**Action item:** Every line of the data below is to be retyped exactly.
Exercise data Block Start
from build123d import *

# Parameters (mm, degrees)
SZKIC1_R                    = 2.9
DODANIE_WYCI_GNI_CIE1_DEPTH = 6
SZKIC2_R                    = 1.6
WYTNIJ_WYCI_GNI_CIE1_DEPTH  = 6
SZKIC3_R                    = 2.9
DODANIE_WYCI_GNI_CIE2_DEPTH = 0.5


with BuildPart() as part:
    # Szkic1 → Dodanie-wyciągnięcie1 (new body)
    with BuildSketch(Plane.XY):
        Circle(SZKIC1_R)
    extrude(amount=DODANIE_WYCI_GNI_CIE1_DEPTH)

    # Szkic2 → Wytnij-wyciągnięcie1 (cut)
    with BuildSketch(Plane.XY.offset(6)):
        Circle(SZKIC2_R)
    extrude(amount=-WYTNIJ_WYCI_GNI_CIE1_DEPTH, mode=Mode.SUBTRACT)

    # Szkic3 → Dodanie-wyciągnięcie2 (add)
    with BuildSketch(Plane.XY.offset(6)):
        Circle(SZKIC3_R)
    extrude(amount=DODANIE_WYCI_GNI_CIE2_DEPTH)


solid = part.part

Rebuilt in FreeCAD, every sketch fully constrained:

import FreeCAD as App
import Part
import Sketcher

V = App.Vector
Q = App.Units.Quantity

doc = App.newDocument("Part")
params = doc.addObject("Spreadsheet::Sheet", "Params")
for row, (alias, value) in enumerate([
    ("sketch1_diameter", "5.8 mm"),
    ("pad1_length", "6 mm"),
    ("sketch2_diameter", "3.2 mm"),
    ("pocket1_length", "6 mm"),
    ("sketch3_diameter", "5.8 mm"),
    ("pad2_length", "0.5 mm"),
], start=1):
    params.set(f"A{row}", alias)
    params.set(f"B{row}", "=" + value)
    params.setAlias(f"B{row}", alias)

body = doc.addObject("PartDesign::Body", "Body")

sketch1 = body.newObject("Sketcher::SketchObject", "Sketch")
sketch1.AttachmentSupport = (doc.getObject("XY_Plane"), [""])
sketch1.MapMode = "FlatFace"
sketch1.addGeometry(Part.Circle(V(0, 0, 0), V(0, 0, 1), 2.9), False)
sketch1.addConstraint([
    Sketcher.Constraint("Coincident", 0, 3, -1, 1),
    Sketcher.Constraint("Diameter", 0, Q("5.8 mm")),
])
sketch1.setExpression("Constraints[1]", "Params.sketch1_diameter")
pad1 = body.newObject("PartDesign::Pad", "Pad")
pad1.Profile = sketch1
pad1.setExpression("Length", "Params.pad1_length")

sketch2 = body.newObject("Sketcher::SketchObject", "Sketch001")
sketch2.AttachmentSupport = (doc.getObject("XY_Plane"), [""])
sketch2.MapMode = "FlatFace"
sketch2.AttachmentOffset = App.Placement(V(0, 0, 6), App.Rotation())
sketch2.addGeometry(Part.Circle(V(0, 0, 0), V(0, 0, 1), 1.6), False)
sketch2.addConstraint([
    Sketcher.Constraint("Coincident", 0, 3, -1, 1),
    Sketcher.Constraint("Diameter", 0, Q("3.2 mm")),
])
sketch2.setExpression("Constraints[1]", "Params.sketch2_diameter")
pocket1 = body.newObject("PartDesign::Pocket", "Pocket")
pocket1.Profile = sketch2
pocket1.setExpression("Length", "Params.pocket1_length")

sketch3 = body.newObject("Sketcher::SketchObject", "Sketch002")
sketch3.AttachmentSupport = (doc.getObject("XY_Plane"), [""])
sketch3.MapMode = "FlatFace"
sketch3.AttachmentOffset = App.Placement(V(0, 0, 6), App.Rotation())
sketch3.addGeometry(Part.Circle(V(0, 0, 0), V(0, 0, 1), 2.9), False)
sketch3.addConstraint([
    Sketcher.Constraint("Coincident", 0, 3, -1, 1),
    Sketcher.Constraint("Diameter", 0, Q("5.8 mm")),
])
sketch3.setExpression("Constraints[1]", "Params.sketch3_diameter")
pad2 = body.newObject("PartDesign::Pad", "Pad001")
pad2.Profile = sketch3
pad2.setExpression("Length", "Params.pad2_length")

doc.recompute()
Exercise data Block End
**Exercise response:**
from build123d import *

# Parameters (mm, degrees)
SZKIC1_R                    = 2.9
DODANIE_WYCI_GNI_CIE1_DEPTH = 6
SZKIC2_R                    = 1.6
WYTNIJ_WYCI_GNI_CIE1_DEPTH  = 6
SZKIC3_R                    = 2.9
DODANIE_WYCI_GNI_CIE2_DEPTH = 0.5


with BuildPart() as part:
    # Szkic1 → Dodanie-wyciągnięcie1 (new body)
    with BuildSketch(Plane.XY):
        Circle(SZKIC1_R)
    extrude(amount=DODANIE_WYCI_GNI_CIE1_DEPTH)

    # Szkic2 → Wytnij-wyciągnięcie1 (cut)
    with BuildSketch(Plane.XY.offset(6)):
        Circle(SZKIC2_R)
    extrude(amount=-WYTNIJ_WYCI_GNI_CIE1_DEPTH, mode=Mode.SUBTRACT)

    # Szkic3 → Dodanie-wyciągnięcie2 (add)
    with BuildSketch(Plane.XY.offset(6)):
        Circle(SZKIC3_R)
    extrude(amount=DODANIE_WYCI_GNI_CIE2_DEPTH)


solid = part.part

Rebuilt in FreeCAD, every sketch fully constrained:

import FreeCAD as App
import Part
import Sketcher

V = App.Vector
Q = App.Units.Quantity

doc = App.newDocument("Part")
params = doc.addObject("Spreadsheet::Sheet", "Params")
for row, (alias, value) in enumerate([
    ("sketch1_diameter", "5.8 mm"),
    ("pad1_length", "6 mm"),
    ("sketch2_diameter", "3.2 mm"),
    ("pocket1_length", "6 mm"),
    ("sketch3_diameter", "5.8 mm"),
    ("pad2_length", "0.5 mm"),
], start=1):
    params.set(f"A{row}", alias)
    params.set(f"B{row}", "=" + value)
    params.setAlias(f"B{row}", alias)

body = doc.addObject("PartDesign::Body", "Body")

sketch1 = body.newObject("Sketcher::SketchObject", "Sketch")
sketch1.AttachmentSupport = (doc.getObject("XY_Plane"), [""])
sketch1.MapMode = "FlatFace"
sketch1.addGeometry(Part.Circle(V(0, 0, 0), V(0, 0, 1), 2.9), False)
sketch1.addConstraint([
    Sketcher.Constraint("Coincident", 0, 3, -1, 1),
    Sketcher.Constraint("Diameter", 0, Q("5.8 mm")),
])
sketch1.setExpression("Constraints[1]", "Params.sketch1_diameter")
pad1 = body.newObject("PartDesign::Pad", "Pad")
pad1.Profile = sketch1
pad1.setExpression("Length", "Params.pad1_length")

sketch2 = body.newObject("Sketcher::SketchObject", "Sketch001")
sketch2.AttachmentSupport = (doc.getObject("XY_Plane"), [""])
sketch2.MapMode = "FlatFace"
sketch2.AttachmentOffset = App.Placement(V(0, 0, 6), App.Rotation())
sketch2.addGeometry(Part.Circle(V(0, 0, 0), V(0, 0, 1), 1.6), False)
sketch2.addConstraint([
    Sketcher.Constraint("Coincident", 0, 3, -1, 1),
    Sketcher.Constraint("Diameter", 0, Q("3.2 mm")),
])
sketch2.setExpression("Constraints[1]", "Params.sketch2_diameter")
pocket1 = body.newObject("PartDesign::Pocket", "Pocket")
pocket1.Profile = sketch2
pocket1.setExpression("Length", "Params.pocket1_length")

sketch3 = body.newObject("Sketcher::SketchObject", "Sketch002")
sketch3.AttachmentSupport = (doc.getObject("XY_Plane"), [""])
sketch3.MapMode = "FlatFace"
sketch3.AttachmentOffset = App.Placement(V(0, 0, 6), App.Rotation())
sketch3.addGeometry(Part.Circle(V(0, 0, 0), V(0, 0, 1), 2.9), False)
sketch3.addConstraint([
    Sketcher.Constraint("Coincident", 0, 3, -1, 1),
    Sketcher.Constraint("Diameter", 0, Q("5.8 mm")),
])
sketch3.setExpression("Constraints[1]", "Params.sketch3_diameter")
pad2 = body.newObject("PartDesign::Pad", "Pad001")
pad2.Profile = sketch3
pad2.setExpression("Length", "Params.pad2_length")

doc.recompute()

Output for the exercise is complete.